## Your objective
Quote exactly the lines from the start of the entries to the one with "e26 v24 v12 LINE", both ends included.

(Stored data entries)
-=-=-=-=-

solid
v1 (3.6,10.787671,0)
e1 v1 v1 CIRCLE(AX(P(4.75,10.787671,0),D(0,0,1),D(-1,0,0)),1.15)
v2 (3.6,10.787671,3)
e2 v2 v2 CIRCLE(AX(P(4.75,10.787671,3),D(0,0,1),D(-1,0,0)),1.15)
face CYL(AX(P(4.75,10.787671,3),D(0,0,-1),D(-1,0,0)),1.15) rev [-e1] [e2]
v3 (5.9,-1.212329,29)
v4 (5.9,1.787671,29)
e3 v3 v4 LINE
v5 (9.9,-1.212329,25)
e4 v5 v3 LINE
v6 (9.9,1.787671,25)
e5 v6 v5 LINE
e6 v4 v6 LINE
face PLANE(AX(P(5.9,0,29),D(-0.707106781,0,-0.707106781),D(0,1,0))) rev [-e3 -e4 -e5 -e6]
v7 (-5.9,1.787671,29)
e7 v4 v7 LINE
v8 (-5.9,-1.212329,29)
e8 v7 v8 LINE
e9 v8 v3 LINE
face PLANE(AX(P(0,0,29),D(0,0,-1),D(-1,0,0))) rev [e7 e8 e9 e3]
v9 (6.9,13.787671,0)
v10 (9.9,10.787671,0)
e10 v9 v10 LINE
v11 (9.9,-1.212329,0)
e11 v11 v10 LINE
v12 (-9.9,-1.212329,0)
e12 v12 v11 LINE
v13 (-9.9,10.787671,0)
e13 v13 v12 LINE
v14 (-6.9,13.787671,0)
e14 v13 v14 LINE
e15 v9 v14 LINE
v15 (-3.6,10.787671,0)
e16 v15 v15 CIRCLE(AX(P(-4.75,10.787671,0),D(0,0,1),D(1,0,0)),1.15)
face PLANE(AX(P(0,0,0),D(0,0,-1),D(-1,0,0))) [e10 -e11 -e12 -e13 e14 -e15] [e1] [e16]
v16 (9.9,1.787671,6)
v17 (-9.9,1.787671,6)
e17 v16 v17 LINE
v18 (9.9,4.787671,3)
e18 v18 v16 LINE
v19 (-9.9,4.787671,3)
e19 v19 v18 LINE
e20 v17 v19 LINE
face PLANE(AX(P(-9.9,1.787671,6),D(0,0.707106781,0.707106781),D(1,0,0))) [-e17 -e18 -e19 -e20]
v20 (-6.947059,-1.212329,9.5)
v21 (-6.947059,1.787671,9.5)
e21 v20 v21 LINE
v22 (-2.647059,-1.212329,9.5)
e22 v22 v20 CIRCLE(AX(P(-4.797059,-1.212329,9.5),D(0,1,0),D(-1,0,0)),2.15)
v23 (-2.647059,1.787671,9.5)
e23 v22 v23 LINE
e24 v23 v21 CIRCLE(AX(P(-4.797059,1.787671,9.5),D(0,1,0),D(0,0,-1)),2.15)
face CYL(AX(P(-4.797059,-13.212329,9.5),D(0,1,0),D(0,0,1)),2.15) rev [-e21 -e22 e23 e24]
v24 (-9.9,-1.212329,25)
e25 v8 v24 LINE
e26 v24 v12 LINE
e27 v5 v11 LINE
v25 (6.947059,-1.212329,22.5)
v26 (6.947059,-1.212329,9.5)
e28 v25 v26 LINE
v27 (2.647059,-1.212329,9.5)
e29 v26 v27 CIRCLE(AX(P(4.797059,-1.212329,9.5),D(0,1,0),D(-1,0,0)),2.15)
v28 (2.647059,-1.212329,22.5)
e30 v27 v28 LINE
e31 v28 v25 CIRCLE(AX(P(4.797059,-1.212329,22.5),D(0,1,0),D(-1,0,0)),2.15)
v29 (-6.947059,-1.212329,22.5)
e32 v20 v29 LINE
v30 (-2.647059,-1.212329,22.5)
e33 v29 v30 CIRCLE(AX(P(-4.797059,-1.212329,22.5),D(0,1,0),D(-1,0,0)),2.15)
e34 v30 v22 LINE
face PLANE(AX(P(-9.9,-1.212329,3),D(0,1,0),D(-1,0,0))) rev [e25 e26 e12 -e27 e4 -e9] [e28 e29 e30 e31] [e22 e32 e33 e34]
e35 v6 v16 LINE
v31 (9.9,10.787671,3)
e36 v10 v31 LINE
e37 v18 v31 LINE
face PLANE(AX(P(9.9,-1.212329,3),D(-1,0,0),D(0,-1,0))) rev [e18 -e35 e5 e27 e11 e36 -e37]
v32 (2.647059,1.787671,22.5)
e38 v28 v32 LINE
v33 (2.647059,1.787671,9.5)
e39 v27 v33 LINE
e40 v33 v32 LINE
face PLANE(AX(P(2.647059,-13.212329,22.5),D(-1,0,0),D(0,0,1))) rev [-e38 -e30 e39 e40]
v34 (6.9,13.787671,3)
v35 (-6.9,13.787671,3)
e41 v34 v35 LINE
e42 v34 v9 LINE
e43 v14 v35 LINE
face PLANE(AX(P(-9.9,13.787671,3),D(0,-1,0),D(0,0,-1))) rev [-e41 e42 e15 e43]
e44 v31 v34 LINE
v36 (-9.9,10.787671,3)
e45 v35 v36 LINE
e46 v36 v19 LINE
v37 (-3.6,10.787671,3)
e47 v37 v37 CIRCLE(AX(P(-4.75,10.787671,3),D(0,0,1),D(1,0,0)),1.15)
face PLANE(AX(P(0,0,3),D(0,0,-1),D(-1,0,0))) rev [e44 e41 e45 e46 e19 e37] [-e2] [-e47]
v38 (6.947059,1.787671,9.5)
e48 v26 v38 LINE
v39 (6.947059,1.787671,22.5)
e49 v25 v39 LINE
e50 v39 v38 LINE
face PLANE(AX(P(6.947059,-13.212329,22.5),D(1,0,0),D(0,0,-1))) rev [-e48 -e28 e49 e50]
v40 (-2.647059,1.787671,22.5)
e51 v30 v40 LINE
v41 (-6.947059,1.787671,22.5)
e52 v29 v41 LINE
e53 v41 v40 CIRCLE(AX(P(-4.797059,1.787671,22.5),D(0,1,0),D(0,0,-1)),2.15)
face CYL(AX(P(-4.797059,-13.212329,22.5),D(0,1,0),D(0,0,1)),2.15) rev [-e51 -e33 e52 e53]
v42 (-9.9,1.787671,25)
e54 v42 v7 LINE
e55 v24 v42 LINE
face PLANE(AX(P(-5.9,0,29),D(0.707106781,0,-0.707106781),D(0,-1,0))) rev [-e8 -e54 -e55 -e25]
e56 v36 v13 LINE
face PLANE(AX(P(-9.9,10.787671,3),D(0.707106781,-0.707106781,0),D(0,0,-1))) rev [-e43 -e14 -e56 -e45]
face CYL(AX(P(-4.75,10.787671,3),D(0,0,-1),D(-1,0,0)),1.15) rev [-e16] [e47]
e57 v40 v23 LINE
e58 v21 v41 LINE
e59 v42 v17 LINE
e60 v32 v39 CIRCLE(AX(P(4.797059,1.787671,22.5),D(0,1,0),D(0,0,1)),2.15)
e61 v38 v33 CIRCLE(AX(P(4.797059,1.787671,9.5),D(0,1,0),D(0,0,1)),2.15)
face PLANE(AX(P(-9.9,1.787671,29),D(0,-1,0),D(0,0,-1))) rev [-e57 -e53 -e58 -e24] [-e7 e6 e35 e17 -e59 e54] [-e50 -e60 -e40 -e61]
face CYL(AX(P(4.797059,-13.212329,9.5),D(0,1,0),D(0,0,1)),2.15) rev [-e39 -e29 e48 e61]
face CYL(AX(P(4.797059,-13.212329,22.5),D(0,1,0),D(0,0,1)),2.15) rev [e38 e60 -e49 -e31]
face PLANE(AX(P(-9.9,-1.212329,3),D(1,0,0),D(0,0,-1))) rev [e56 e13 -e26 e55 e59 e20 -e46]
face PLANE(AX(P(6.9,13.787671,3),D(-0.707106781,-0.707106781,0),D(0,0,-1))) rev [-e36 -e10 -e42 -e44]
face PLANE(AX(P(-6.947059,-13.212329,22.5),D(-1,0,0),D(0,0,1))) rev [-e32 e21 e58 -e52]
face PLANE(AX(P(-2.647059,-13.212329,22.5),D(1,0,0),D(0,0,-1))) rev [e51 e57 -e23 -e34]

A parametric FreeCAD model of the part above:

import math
import FreeCAD as App
import Part
import Sketcher
from FreeCAD import Vector
Q = App.Units.Quantity


def edges_at(feature, points):
    """Names of the edges that pass closest to the given points."""
    edges = feature.Shape.Edges
    near = lambda p: min(range(len(edges)), key=lambda i: edges[i].distToShape(Part.Vertex(*p))[0])
    return sorted({f"Edge{near(p) + 1}" for p in points})

doc = App.newDocument("Part")
body = doc.addObject("PartDesign::Body", "Body")

sketch1 = body.newObject("Sketcher::SketchObject", "Sketch")
sketch1.AttachmentSupport = (doc.getObject("XY_Plane"), [""])
sketch1.MapMode = "FlatFace"
sketch1.addGeometry([
    Part.LineSegment(Vector(-9.9, 13.8, 0), Vector(-9.9, -1.2, 0)),
    Part.LineSegment(Vector(-9.9, -1.2, 0), Vector(9.9, -1.2, 0)),
    Part.LineSegment(Vector(9.9, -1.2, 0), Vector(9.9, 13.8, 0)),
    Part.LineSegment(Vector(9.9, 13.8, 0), Vector(-9.9, 13.8, 0)),
    Part.Circle(Vector(-4.8, 10.8, 0), Vector(0, 0, 1), 1.1),
    Part.Circle(Vector(4.8, 10.8, 0), Vector(0, 0, 1), 1.1),
], False)
sketch1.addConstraint([
    Sketcher.Constraint("Coincident", 0, 2, 1, 1),
    Sketcher.Constraint("Coincident", 1, 2, 2, 1),
    Sketcher.Constraint("Coincident", 2, 2, 3, 1),
    Sketcher.Constraint("Coincident", 3, 2, 0, 1),
    Sketcher.Constraint("Vertical", 0),
    Sketcher.Constraint("Horizontal", 1),
    Sketcher.Constraint("Vertical", 2),
    Sketcher.Constraint("Horizontal", 3),
    Sketcher.Constraint("Equal", 4, 5),
    Sketcher.Constraint("Symmetric", 4, 3, 5, 3, -2),
    Sketcher.Constraint("Diameter", 4, Q("2.3 mm")),
    Sketcher.Constraint("DistanceY", 0, 2, 0, 1, Q("15 mm")),
    Sketcher.Constraint("DistanceX", 1, 1, 1, 2, Q("19.8 mm")),
    Sketcher.Constraint("DistanceY", 0, 2, 4, 3, Q("12 mm")),
    Sketcher.Constraint("DistanceX", 0, 2, -1, 1, Q("9.9 mm")),
    Sketcher.Constraint("DistanceX", 4, 3, 5, 3, Q("9.5 mm")),
    Sketcher.Constraint("DistanceY", -1, 1, 4, 3, Q("10.787671 mm")),
])
pad1 = body.newObject("PartDesign::Pad", "Pad")
pad1.Profile = sketch1
pad1.Length = 3

sketch2 = body.newObject("Sketcher::SketchObject", "Sketch001")
sketch2.AttachmentSupport = (doc.getObject("XY_Plane"), [""])
sketch2.MapMode = "FlatFace"
sketch2.AttachmentOffset = App.Placement(Vector(0, 0, 3), App.Rotation())
sketch2.addGeometry([
    Part.LineSegment(Vector(-9.9, 1.8, 0), Vector(-9.9, -1.2, 0)),
    Part.LineSegment(Vector(-9.9, -1.2, 0), Vector(9.9, -1.2, 0)),
    Part.LineSegment(Vector(9.9, -1.2, 0), Vector(9.9, 1.8, 0)),
    Part.LineSegment(Vector(9.9, 1.8, 0), Vector(-9.9, 1.8, 0)),
], False)
sketch2.addConstraint([
    Sketcher.Constraint("Coincident", 0, 2, 1, 1),
    Sketcher.Constraint("Coincident", 1, 2, 2, 1),
    Sketcher.Constraint("Coincident", 2, 2, 3, 1),
    Sketcher.Constraint("Coincident", 3, 2, 0, 1),
    Sketcher.Constraint("Vertical", 0),
    Sketcher.Constraint("Horizontal", 1),
    Sketcher.Constraint("Vertical", 2),
    Sketcher.Constraint("Horizontal", 3),
    Sketcher.Constraint("DistanceY", 0, 2, 0, 1, Q("3 mm")),
    Sketcher.Constraint("DistanceX", 1, 1, 1, 2, Q("19.8 mm")),
    Sketcher.Constraint("DistanceX", 0, 2, -1, 1, Q("9.9 mm")),
    Sketcher.Constraint("DistanceY", 0, 2, -1, 1, Q("1.212329 mm")),
])
pad2 = body.newObject("PartDesign::Pad", "Pad001")
pad2.Profile = sketch2
pad2.Length = 26
doc.recompute()

chamfer = body.newObject("PartDesign::Chamfer", "Chamfer")
chamfer.Base = (pad2, edges_at(pad2, [(0, 1.788, 3), (-9.9, 13.788, 1.5), (9.9, 13.788, 1.5)]))
chamfer.Size = 3

sketch3 = body.newObject("Sketcher::SketchObject", "Sketch002")
sketch3.AttachmentSupport = (doc.getObject("XZ_Plane"), [""])
sketch3.MapMode = "FlatFace"
sketch3.AttachmentOffset = App.Placement(Vector(0, 0, -1.787671), App.Rotation())
sketch3.addGeometry([
    Part.LineSegment(Vector(2.6, 9.5, 0), Vector(2.6, 22.5, 0)),
    Part.ArcOfCircle(Part.Circle(Vector(4.8, 22.5, 0), Vector(0, 0, 1), 2.1), math.radians(0), math.radians(180)),
    Part.LineSegment(Vector(6.9, 22.5, 0), Vector(6.9, 9.5, 0)),
    Part.ArcOfCircle(Part.Circle(Vector(4.8, 9.5, 0), Vector(0, 0, 1), 2.1), math.radians(180), math.radians(360)),
    Part.LineSegment(Vector(-2.6, 22.5, 0), Vector(-2.6, 9.5, 0)),
    Part.ArcOfCircle(Part.Circle(Vector(-4.8, 9.5, 0), Vector(0, 0, 1), 2.1), math.radians(180), math.radians(360)),
    Part.LineSegment(Vector(-6.9, 9.5, 0), Vector(-6.9, 22.5, 0)),
    Part.ArcOfCircle(Part.Circle(Vector(-4.8, 22.5, 0), Vector(0, 0, 1), 2.1), math.radians(0), math.radians(180)),
], False)
sketch3.addConstraint([
    Sketcher.Constraint("Tangent", 0, 2, 1, 2),
    Sketcher.Constraint("Tangent", 1, 1, 2, 1),
    Sketcher.Constraint("Tangent", 2, 2, 3, 2),
    Sketcher.Constraint("Tangent", 3, 1, 0, 1),
    Sketcher.Constraint("Tangent", 4, 2, 5, 2),
    Sketcher.Constraint("Tangent", 5, 1, 6, 1),
    Sketcher.Constraint("Tangent", 6, 2, 7, 2),
    Sketcher.Constraint("Tangent", 7, 1, 4, 1),
    Sketcher.Constraint("Vertical", 0),
    Sketcher.Constraint("Vertical", 2),
    Sketcher.Constraint("Vertical", 4),
    Sketcher.Constraint("Vertical", 6),
    Sketcher.Constraint("Equal", 3, 5),
    Sketcher.Constraint("Symmetric", 3, 3, 5, 3, -2),
    Sketcher.Constraint("Horizontal", 1, 3, 7, 3),
    Sketcher.Constraint("DistanceY", 0, 1, 0, 2, Q("13 mm")),
    Sketcher.Constraint("Radius", 1, Q("2.15 mm")),
    Sketcher.Constraint("DistanceY", -1, 1, 1, 3, Q("22.5 mm")),
    Sketcher.Constraint("DistanceX", -1, 1, 1, 3, Q("4.797059 mm")),
])
pocket1 = body.newObject("PartDesign::Pocket", "Pocket")
pocket1.Profile = sketch3
pocket1.Length = 15
pocket1.Reversed = True
doc.recompute()

chamfer2 = body.newObject("PartDesign::Chamfer", "Chamfer001")
chamfer2.Base = (pocket1, edges_at(pocket1, [(-9.9, 0.288, 29), (9.9, 0.288, 29)]))
chamfer2.Size = 4

doc.recompute()
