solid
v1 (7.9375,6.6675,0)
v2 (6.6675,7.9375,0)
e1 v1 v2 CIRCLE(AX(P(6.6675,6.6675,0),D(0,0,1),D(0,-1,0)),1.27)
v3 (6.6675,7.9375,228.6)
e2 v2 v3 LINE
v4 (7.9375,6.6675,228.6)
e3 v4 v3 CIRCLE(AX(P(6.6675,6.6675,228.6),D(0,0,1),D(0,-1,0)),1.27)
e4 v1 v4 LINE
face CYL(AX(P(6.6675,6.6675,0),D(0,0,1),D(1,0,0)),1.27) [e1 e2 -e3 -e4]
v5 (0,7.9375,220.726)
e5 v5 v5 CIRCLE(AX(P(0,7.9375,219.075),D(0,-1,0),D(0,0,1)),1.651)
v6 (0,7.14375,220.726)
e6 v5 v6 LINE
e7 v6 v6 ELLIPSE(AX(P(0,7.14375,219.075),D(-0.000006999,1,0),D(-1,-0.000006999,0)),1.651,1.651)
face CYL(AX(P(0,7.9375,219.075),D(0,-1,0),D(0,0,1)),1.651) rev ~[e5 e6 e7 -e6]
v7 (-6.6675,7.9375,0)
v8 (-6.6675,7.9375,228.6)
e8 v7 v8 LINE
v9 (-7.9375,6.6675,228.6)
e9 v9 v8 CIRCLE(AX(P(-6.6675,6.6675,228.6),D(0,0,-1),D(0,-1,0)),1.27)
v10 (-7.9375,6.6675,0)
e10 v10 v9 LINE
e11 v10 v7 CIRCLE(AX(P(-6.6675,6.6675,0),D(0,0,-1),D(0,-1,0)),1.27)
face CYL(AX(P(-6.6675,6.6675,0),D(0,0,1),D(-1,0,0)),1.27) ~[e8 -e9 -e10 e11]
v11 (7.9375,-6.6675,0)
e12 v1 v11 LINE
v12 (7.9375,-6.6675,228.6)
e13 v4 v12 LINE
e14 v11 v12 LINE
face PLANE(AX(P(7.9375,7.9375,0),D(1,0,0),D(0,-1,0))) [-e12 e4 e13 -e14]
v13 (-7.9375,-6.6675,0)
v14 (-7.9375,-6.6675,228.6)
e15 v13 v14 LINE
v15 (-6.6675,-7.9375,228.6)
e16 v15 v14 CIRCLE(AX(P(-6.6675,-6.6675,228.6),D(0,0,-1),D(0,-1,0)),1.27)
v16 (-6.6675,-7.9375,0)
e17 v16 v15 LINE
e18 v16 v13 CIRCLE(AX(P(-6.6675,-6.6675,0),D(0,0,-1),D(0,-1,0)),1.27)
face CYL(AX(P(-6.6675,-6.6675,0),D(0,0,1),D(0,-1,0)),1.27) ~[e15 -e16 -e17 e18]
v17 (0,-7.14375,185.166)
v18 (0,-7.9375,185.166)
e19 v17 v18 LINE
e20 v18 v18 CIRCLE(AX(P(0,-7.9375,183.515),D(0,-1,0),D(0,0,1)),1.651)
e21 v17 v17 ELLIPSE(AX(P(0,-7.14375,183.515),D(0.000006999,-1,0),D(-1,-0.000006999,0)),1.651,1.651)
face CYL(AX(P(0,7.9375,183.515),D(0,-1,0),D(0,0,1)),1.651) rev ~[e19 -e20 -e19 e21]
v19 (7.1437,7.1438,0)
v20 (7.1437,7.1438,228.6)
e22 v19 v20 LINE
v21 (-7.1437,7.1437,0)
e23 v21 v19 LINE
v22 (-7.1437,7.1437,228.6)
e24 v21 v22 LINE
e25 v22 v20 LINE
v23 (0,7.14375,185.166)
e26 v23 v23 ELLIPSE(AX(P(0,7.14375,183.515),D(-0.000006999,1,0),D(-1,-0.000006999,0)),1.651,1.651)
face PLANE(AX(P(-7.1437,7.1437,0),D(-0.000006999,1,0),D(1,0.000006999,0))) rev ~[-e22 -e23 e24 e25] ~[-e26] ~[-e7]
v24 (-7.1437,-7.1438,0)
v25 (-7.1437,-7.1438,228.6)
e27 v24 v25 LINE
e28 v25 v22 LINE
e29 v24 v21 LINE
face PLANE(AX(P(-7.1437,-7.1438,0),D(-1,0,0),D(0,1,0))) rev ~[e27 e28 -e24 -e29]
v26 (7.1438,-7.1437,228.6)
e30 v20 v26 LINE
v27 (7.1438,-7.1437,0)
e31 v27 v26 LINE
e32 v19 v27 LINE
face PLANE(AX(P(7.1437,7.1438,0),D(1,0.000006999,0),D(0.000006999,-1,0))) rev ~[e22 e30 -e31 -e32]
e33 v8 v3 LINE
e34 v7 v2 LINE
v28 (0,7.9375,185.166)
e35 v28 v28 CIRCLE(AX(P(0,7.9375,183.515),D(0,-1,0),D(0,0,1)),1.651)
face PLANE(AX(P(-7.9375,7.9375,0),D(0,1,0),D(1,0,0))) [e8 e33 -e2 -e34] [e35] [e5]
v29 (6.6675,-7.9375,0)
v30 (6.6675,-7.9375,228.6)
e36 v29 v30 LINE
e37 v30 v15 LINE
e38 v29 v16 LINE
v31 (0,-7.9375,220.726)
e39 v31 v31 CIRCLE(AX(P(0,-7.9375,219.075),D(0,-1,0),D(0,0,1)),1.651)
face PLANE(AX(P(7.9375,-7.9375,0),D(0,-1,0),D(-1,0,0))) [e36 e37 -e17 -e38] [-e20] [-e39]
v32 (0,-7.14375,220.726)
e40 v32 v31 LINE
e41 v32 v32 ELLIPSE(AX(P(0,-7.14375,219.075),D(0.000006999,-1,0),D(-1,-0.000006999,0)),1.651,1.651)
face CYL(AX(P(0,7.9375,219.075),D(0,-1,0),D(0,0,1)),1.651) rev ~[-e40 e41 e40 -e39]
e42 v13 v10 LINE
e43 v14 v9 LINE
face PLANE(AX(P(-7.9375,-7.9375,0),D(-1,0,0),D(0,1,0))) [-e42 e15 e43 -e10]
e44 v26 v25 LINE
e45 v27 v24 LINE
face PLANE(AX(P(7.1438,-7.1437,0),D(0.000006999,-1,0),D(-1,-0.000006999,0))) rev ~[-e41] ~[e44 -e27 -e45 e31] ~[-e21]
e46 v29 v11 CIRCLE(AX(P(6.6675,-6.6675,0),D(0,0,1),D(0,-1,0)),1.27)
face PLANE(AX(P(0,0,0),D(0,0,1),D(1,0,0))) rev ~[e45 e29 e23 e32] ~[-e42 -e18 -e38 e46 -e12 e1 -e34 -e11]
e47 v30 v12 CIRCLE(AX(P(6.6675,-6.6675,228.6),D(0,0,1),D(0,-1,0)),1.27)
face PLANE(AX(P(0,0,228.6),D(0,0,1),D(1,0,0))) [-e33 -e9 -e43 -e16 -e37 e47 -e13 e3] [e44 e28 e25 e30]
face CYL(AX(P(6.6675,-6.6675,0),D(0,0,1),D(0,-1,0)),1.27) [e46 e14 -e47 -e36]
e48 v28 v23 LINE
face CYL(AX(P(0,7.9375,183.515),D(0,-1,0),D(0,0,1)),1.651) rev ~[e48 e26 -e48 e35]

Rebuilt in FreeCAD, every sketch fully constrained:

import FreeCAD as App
import Part
import Sketcher
Q = App.Units.Quantity


def edges_at(feature, points):
    """Names of the edges that pass closest to the given points."""
    edges = feature.Shape.Edges
    near = lambda p: min(range(len(edges)), key=lambda i: edges[i].distToShape(Part.Vertex(*p))[0])
    return sorted({f"Edge{near(p) + 1}" for p in points})


def add_polygon(sketch, points):
    """Adds a closed chain of lines whose ends are joined by coincident constraints."""
    first, n = sketch.GeometryCount, len(points)
    for a, b in zip(points, points[1:] + points[:1]):
        sketch.addGeometry(Part.LineSegment(App.Vector(*a, 0), App.Vector(*b, 0)), False)
    for i in range(n):
        sketch.addConstraint(Sketcher.Constraint("Coincident", first + i, 2, first + (i + 1) % n, 1))

doc = App.newDocument("Part")
body = doc.addObject("PartDesign::Body", "Body")

# Sketch on XY plane
sketch1 = doc.addObject("Sketcher::SketchObject", "Sketch")
body.addObject(sketch1)
sketch1.AttachmentSupport = (doc.XY_Plane, [""])
sketch1.MapMode = "FlatFace"
add_polygon(sketch1, [(-8, -8), (8, -8), (8, 8), (-8, 8)])  # lines 0-3
add_polygon(sketch1, [(7, -7), (-7, -7), (-7, 7), (7, 7)])  # lines 4-7
sketch1.addConstraint([
    Sketcher.Constraint("Horizontal", 0),
    Sketcher.Constraint("Vertical", 1),
    Sketcher.Constraint("Horizontal", 2),
    Sketcher.Constraint("Vertical", 3),
    Sketcher.Constraint("Horizontal", 4),
    Sketcher.Constraint("Vertical", 5),
    Sketcher.Constraint("Horizontal", 6),
    Sketcher.Constraint("Vertical", 7),
    Sketcher.Constraint("Symmetric", 0, 2, 2, 2, -1, 1),
    Sketcher.Constraint("Symmetric", 4, 2, 6, 2, -1, 1),
    Sketcher.Constraint("Equal", 2, 1),
    Sketcher.Constraint("Equal", 6, 5),
    Sketcher.Constraint("DistanceX", 0, 1, 0, 2, Q("0.625 in")),
    Sketcher.Constraint("DistanceX", 4, 2, 4, 1, Q("0.5625 in")),
])
pad1 = doc.addObject("PartDesign::Pad", "Pad")
body.addObject(pad1)
pad1.Profile = sketch1
pad1.Length = Q("9 in")

# Sketch on XZ plane
sketch2 = doc.addObject("Sketcher::SketchObject", "Sketch001")
body.addObject(sketch2)
sketch2.AttachmentSupport = (doc.XZ_Plane, [""])
sketch2.MapMode = "FlatFace"
sketch2.AttachmentOffset = App.Placement(App.Vector(0, 0, -0.3125 * 25.4), App.Rotation())
sketch2.addGeometry([
    Part.Circle(App.Vector(0, 219.1, 0), App.Vector(0, 0, 1), 1.7),
    Part.Circle(App.Vector(0, 183.5, 0), App.Vector(0, 0, 1), 1.7),
], False)
sketch2.addConstraint([
    Sketcher.Constraint("Equal", 0, 1),
    Sketcher.Constraint("PointOnObject", 0, 3, -2),
    Sketcher.Constraint("PointOnObject", 1, 3, -2),
    Sketcher.Constraint("Diameter", 0, Q("0.13 in")),
    Sketcher.Constraint("DistanceY", 1, 3, 0, 3, Q("1.4 in")),
    Sketcher.Constraint("DistanceY", -1, 1, 0, 3, Q("8.625 in")),
])
doc.recompute()
hole = doc.addObject("PartDesign::Hole", "Hole")
body.addObject(hole)
hole.Profile = sketch2
hole.ThreadType = "None"
hole.Diameter = Q("0.13 in")
hole.DepthType = "ThroughAll"
hole.Reversed = True
doc.recompute()

fillet = doc.addObject("PartDesign::Fillet", "Fillet")
body.addObject(fillet)
fillet.Base = (hole, edges_at(hole, [
    (-7.938, 7.938, 114.3),
    (7.938, 7.938, 114.3),
    (7.938, -7.938, 114.3),
    (-7.938, -7.938, 114.3),
]))
fillet.Radius = Q("0.05 in")

doc.recompute()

-=-=-=-=-

## Written response
solid
v1 (3.6,10.787671,0)
e1 v1 v1 CIRCLE(AX(P(4.75,10.787671,0),D(0,0,1),D(-1,0,0)),1.15)
v2 (3.6,10.787671,3)
e2 v2 v2 CIRCLE(AX(P(4.75,10.787671,3),D(0,0,1),D(-1,0,0)),1.15)
face CYL(AX(P(4.75,10.787671,3),D(0,0,-1),D(-1,0,0)),1.15) rev [-e1] [e2]
v3 (5.9,-1.212329,29)
v4 (5.9,1.787671,29)
e3 v3 v4 LINE
v5 (9.9,-1.212329,25)
e4 v5 v3 LINE
v6 (9.9,1.787671,25)
e5 v6 v5 LINE
e6 v4 v6 LINE
face PLANE(AX(P(5.9,0,29),D(-0.707106781,0,-0.707106781),D(0,1,0))) rev [-e3 -e4 -e5 -e6]
v7 (-5.9,1.787671,29)
e7 v4 v7 LINE
v8 (-5.9,-1.212329,29)
e8 v7 v8 LINE
e9 v8 v3 LINE
face PLANE(AX(P(0,0,29),D(0,0,-1),D(-1,0,0))) rev [e7 e8 e9 e3]
v9 (6.9,13.787671,0)
v10 (9.9,10.787671,0)
e10 v9 v10 LINE
v11 (9.9,-1.212329,0)
e11 v11 v10 LINE
v12 (-9.9,-1.212329,0)
e12 v12 v11 LINE
v13 (-9.9,10.787671,0)
e13 v13 v12 LINE
v14 (-6.9,13.787671,0)
e14 v13 v14 LINE
e15 v9 v14 LINE
v15 (-3.6,10.787671,0)
e16 v15 v15 CIRCLE(AX(P(-4.75,10.787671,0),D(0,0,1),D(1,0,0)),1.15)
face PLANE(AX(P(0,0,0),D(0,0,-1),D(-1,0,0))) [e10 -e11 -e12 -e13 e14 -e15] [e1] [e16]
v16 (9.9,1.787671,6)
v17 (-9.9,1.787671,6)
e17 v16 v17 LINE
v18 (9.9,4.787671,3)
e18 v18 v16 LINE
v19 (-9.9,4.787671,3)
e19 v19 v18 LINE
e20 v17 v19 LINE
face PLANE(AX(P(-9.9,1.787671,6),D(0,0.707106781,0.707106781),D(1,0,0))) [-e17 -e18 -e19 -e20]
v20 (-6.947059,-1.212329,9.5)
v21 (-6.947059,1.787671,9.5)
e21 v20 v21 LINE
v22 (-2.647059,-1.212329,9.5)
e22 v22 v20 CIRCLE(AX(P(-4.797059,-1.212329,9.5),D(0,1,0),D(-1,0,0)),2.15)
v23 (-2.647059,1.787671,9.5)
e23 v22 v23 LINE
e24 v23 v21 CIRCLE(AX(P(-4.797059,1.787671,9.5),D(0,1,0),D(0,0,-1)),2.15)
face CYL(AX(P(-4.797059,-13.212329,9.5),D(0,1,0),D(0,0,1)),2.15) rev [-e21 -e22 e23 e24]
v24 (-9.9,-1.212329,25)
e25 v8 v24 LINE
e26 v24 v12 LINE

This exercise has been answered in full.